If only we had, and could, indeed.
I would like to thank Frankie for allowing me to feature both Hour glass and at night my dead mother appears wanting soup with you today and hope you enjoy reading the poems as much as I have enjoyed sharing them with you.

Frankie McMillan is the author of The Bag Lady’s Picnic and other stories, and a poetry collection, Dressing for the Cannibals. In 2005 she was awarded the Creative NZ Todd Bursary. In 2008 and 2009 her work was selected for the Best NZ Fiction anthologies. Other awards include winner of the New Zealand Poetry Society International Competition (2009) and the NZ National Flash Fiction award (2013). In 2014 she held an Ursula Bethell writing residency at Canterbury University. Her next book of poetry, There Are No Horses in Heaven is to be published by CUP in March, 2015.
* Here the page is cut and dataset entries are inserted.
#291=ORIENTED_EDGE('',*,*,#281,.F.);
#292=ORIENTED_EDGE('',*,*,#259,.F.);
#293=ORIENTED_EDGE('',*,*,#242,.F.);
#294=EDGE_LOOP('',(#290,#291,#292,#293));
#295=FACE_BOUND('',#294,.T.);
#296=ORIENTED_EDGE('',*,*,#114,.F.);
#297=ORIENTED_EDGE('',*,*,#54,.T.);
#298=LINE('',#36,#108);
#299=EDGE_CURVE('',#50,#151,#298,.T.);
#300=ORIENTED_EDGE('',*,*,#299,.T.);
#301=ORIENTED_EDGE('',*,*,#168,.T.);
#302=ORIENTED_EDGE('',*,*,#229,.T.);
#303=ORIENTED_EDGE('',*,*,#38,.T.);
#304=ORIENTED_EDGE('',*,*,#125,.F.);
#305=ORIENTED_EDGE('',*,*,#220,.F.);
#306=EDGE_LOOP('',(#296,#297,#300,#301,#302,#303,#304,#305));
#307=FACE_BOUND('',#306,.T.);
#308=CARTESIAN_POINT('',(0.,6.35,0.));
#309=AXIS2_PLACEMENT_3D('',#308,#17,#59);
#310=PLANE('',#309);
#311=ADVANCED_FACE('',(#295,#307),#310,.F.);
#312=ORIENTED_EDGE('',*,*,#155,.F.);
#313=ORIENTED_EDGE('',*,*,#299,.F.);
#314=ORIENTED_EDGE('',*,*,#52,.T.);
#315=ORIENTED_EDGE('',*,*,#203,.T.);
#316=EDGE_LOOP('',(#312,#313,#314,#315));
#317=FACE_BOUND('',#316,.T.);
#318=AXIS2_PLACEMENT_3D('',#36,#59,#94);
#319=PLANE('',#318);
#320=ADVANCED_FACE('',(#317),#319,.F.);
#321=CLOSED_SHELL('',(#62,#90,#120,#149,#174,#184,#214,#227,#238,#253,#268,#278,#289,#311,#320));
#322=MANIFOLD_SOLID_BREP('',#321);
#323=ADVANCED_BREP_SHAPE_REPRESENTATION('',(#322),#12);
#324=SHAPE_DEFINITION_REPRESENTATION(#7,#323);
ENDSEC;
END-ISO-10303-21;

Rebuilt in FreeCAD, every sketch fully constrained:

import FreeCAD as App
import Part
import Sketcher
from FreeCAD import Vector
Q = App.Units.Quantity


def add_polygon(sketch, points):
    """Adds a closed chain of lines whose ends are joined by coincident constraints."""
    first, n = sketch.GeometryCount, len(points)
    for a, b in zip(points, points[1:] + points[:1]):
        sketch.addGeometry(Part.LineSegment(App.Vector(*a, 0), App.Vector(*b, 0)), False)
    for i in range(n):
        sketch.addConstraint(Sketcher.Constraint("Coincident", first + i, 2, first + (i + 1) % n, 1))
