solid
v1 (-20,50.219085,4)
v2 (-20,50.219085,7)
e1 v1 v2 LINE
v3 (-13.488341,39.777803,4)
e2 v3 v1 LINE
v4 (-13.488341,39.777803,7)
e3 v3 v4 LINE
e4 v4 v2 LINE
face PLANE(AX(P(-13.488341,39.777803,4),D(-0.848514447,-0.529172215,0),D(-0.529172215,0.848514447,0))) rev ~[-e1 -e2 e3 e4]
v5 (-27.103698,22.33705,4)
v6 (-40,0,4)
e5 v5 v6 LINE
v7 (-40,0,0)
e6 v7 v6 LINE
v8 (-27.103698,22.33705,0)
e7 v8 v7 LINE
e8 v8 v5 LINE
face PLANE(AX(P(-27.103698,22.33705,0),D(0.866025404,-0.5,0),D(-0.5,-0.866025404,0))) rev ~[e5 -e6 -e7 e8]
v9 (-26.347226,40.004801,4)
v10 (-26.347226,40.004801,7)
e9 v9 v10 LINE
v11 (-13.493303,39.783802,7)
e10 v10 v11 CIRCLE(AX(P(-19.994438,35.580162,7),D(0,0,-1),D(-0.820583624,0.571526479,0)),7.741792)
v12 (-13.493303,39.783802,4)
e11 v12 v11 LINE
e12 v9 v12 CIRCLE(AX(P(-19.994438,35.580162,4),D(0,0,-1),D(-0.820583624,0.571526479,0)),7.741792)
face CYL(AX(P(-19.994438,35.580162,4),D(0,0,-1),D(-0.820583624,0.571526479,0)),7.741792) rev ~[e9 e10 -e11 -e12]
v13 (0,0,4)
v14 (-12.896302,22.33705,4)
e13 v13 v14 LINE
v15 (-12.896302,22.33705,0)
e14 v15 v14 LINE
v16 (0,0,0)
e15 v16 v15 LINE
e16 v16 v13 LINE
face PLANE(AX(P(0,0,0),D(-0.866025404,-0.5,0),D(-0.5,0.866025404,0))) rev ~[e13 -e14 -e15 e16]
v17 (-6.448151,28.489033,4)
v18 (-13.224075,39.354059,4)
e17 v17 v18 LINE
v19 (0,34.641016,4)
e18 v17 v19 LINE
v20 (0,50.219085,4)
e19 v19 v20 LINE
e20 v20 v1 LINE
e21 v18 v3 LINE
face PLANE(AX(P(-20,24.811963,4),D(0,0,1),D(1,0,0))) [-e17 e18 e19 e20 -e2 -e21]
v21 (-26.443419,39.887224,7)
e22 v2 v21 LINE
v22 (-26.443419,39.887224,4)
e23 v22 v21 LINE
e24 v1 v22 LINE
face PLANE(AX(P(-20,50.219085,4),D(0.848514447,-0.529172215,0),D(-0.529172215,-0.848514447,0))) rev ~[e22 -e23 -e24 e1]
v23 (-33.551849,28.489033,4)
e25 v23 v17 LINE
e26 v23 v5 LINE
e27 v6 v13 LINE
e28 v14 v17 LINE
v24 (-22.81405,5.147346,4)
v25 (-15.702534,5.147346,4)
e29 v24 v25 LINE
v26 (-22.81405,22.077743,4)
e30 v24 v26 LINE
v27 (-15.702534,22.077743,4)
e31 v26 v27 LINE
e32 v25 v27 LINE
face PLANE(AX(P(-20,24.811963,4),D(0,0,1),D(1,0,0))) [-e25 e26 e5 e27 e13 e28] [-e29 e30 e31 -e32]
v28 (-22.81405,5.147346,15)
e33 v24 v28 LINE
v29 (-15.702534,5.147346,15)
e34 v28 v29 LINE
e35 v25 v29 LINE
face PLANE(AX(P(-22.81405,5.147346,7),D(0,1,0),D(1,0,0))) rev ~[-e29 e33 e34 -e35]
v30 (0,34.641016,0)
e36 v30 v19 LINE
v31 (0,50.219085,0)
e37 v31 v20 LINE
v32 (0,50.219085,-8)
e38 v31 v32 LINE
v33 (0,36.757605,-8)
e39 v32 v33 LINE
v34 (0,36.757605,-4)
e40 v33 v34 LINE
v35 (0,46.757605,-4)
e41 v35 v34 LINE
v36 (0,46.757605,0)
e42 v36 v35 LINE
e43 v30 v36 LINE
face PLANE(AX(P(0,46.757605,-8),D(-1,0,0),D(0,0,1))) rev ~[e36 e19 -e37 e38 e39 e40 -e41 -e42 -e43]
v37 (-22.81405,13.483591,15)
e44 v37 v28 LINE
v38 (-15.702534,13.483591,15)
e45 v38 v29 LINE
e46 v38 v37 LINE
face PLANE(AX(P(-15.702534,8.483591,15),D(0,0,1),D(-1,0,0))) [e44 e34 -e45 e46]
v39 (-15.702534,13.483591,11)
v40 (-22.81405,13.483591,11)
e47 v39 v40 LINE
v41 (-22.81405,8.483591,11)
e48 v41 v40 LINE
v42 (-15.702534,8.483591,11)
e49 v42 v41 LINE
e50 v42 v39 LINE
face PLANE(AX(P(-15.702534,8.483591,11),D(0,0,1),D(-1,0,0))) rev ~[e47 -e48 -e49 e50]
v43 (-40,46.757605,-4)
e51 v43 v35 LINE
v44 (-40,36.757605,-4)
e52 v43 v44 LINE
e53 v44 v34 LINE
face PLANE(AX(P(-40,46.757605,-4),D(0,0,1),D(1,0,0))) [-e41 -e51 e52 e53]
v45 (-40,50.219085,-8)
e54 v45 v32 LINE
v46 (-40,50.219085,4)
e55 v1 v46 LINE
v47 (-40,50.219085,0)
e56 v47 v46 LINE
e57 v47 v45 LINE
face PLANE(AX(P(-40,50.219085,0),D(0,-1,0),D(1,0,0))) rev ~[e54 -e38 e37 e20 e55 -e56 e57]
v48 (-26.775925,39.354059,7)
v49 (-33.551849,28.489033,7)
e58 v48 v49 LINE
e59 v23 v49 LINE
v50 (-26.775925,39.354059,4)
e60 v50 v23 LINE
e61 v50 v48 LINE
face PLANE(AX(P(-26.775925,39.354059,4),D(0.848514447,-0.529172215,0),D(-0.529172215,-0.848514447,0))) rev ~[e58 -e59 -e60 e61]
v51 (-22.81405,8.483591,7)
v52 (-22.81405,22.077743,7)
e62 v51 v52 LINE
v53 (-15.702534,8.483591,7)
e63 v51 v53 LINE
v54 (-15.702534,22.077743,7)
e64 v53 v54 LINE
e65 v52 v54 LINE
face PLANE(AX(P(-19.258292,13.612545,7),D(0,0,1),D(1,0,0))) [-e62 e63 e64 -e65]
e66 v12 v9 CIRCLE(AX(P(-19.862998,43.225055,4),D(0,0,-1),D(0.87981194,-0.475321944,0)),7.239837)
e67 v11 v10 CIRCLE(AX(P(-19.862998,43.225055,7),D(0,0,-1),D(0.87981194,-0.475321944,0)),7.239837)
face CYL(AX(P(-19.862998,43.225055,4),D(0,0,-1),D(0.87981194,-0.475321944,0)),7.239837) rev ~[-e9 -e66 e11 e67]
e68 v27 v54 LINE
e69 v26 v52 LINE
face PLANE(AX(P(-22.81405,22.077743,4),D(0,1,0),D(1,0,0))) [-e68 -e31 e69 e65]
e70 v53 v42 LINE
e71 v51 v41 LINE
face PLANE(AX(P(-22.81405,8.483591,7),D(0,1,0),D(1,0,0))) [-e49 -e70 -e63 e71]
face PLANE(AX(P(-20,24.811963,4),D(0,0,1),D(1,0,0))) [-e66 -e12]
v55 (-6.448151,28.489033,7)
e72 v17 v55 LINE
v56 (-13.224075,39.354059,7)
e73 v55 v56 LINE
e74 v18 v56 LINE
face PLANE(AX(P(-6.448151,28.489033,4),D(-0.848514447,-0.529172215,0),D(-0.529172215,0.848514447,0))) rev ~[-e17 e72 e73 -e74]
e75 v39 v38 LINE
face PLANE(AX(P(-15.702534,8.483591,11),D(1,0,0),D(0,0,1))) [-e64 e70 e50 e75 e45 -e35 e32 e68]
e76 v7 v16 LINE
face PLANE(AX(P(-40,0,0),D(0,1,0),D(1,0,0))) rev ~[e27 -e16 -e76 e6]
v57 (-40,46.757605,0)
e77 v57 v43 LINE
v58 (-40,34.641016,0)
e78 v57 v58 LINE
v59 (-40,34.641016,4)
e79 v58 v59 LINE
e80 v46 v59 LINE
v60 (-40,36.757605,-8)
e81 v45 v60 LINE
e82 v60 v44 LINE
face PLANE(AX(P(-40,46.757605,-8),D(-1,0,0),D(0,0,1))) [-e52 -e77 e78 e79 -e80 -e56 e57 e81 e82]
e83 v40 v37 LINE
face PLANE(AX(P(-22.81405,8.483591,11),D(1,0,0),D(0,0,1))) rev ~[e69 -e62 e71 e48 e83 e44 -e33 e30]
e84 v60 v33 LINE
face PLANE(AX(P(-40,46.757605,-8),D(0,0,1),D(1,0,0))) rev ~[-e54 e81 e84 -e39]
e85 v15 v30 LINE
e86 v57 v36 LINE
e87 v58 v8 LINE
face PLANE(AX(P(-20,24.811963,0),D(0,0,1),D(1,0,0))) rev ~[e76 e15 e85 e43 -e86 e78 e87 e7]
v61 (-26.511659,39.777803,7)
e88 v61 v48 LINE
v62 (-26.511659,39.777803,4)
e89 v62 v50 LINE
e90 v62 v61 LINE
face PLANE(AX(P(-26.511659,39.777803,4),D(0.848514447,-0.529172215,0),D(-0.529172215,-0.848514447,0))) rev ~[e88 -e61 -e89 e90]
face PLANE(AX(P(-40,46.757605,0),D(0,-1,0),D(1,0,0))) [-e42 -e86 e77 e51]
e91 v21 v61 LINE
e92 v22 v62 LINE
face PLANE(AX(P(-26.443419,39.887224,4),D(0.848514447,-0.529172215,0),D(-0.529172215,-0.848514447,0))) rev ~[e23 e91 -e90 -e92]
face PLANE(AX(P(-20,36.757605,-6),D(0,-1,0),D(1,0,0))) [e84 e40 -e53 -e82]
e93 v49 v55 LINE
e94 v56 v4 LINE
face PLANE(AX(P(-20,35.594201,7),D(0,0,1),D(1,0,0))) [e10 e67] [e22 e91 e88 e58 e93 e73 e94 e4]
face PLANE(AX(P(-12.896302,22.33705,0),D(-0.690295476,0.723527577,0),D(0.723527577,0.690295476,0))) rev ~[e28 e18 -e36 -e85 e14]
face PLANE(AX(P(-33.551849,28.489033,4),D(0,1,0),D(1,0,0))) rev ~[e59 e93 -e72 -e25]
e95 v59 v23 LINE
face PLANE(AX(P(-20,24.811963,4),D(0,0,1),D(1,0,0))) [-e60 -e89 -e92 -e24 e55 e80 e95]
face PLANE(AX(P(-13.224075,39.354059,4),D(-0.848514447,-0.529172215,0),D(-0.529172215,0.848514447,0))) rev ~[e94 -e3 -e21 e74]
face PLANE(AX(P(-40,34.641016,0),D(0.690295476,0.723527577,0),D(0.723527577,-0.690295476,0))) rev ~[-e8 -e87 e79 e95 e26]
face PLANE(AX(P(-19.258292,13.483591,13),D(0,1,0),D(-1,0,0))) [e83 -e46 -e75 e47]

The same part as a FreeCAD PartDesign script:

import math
import FreeCAD as App
import Part
import Sketcher
from FreeCAD import Vector
Q = App.Units.Quantity

doc = App.newDocument("Part")
body = doc.addObject("PartDesign::Body", "Body")

# Sketch on XY plane
sketch1 = body.newObject("Sketcher::SketchObject", "Sketch")
sketch1.AttachmentSupport = (doc.getObject("XY_Plane"), [""])
sketch1.MapMode = "FlatFace"
sketch1.addGeometry([
    Part.LineSegment(Vector(-40, 0, 0), Vector(0, 0, 0)),  # 0
    Part.LineSegment(Vector(0, 0, 0), Vector(-13, 22, 0)),  # 1
    Part.LineSegment(Vector(-13, 22, 0), Vector(0, 35, 0)),  # 2
    Part.LineSegment(Vector(0, 35, 0), Vector(0, 50, 0)),  # 3
    Part.LineSegment(Vector(0, 50, 0), Vector(-40, 50, 0)),  # 4
    Part.LineSegment(Vector(-40, 50, 0), Vector(-40, 35, 0)),  # 5
    Part.LineSegment(Vector(-40, 35, 0), Vector(-27, 22, 0)),  # 6
    Part.LineSegment(Vector(-27, 22, 0), Vector(-40, 0, 0)),  # 7
], False)
sketch1.addConstraint([
    Sketcher.Constraint("Coincident", 0, 2, 1, 1),
    Sketcher.Constraint("Coincident", 1, 2, 2, 1),
    Sketcher.Constraint("Coincident", 2, 2, 3, 1),
    Sketcher.Constraint("Coincident", 3, 2, 4, 1),
    Sketcher.Constraint("Coincident", 4, 2, 5, 1),
    Sketcher.Constraint("Coincident", 5, 2, 6, 1),
    Sketcher.Constraint("Coincident", 6, 2, 7, 1),
    Sketcher.Constraint("Coincident", 7, 2, 0, 1),
    Sketcher.Constraint("Horizontal", 0),
    Sketcher.Constraint("Vertical", 3),
    Sketcher.Constraint("Horizontal", 4),
    Sketcher.Constraint("Vertical", 5),
    Sketcher.Constraint("Coincident", 0, 2, -1, 1),
    Sketcher.Constraint("PointOnObject", 2, 2, -2),
    Sketcher.Constraint("Horizontal", 2, 2, 5, 2),
    Sketcher.Constraint("Horizontal", 1, 2, 6, 2),
    Sketcher.Constraint("Vertical", 5, 2, 7, 2),
    Sketcher.Constraint("Equal", 2, 6),
    Sketcher.Constraint("DistanceX", 0, 1, 0, 2, Q("40 mm")),
    Sketcher.Constraint("Angle", 1, Q("120 deg")),
    Sketcher.Constraint("DistanceY", 3, 1, 3, 2, Q("15.578069 mm")),
    Sketcher.Constraint("DistanceX", 1, 2, -1, 1, Q("12.896302 mm")),
    Sketcher.Constraint("Distance", 2, Q("17.824202 mm")),
])
pad1 = body.newObject("PartDesign::Pad", "Pad")
pad1.Profile = sketch1
pad1.Length = 4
Today's editor, Helen Lowe, is a novelist, poet and interviewer whose work has been published, broadcast and anthologized in New Zealand and internationally. Her first novel, Thornspell, was published to critical praise in 2008, and her second, The Heir of Night (The Wall Of Night Series, Book One) won the Gemmell Morningstar Award 2012. The sequel, The Gathering Of The Lost, was shortlisted for the Gemmell Legend Award in 2013. Helen's fourth novel, Daughter Of Blood, (The Wall Of Night Series, Book Three) is forthcoming in January 2016. She posts regularly on her Helen Lowe on Anything, Really blog and is also active on Twitter: @helenl0we

In addition to today's feature be sure to check out the wonderful poems featured by the other Tuesday Poets, using our blog roll to the left of this posting. 


Helen McKinlay said...

Absolutely love them both! Thanks for posting these today Helen and Frankie.

Claire Beynon said...

Fine pairings - the two poems, Frankie the poet & Helen editor, bustles and a haybarn, cloth and 'your mother in a doorway with her bowl'. . . Thank you both.

Michelle Elvy said...

Do I sound silly if I say I love love love Frankie's words? '

Thank you for sharing, Helen! Must re-share...

Kathleen Jones said...

Really love these - thank you Helen, for posting.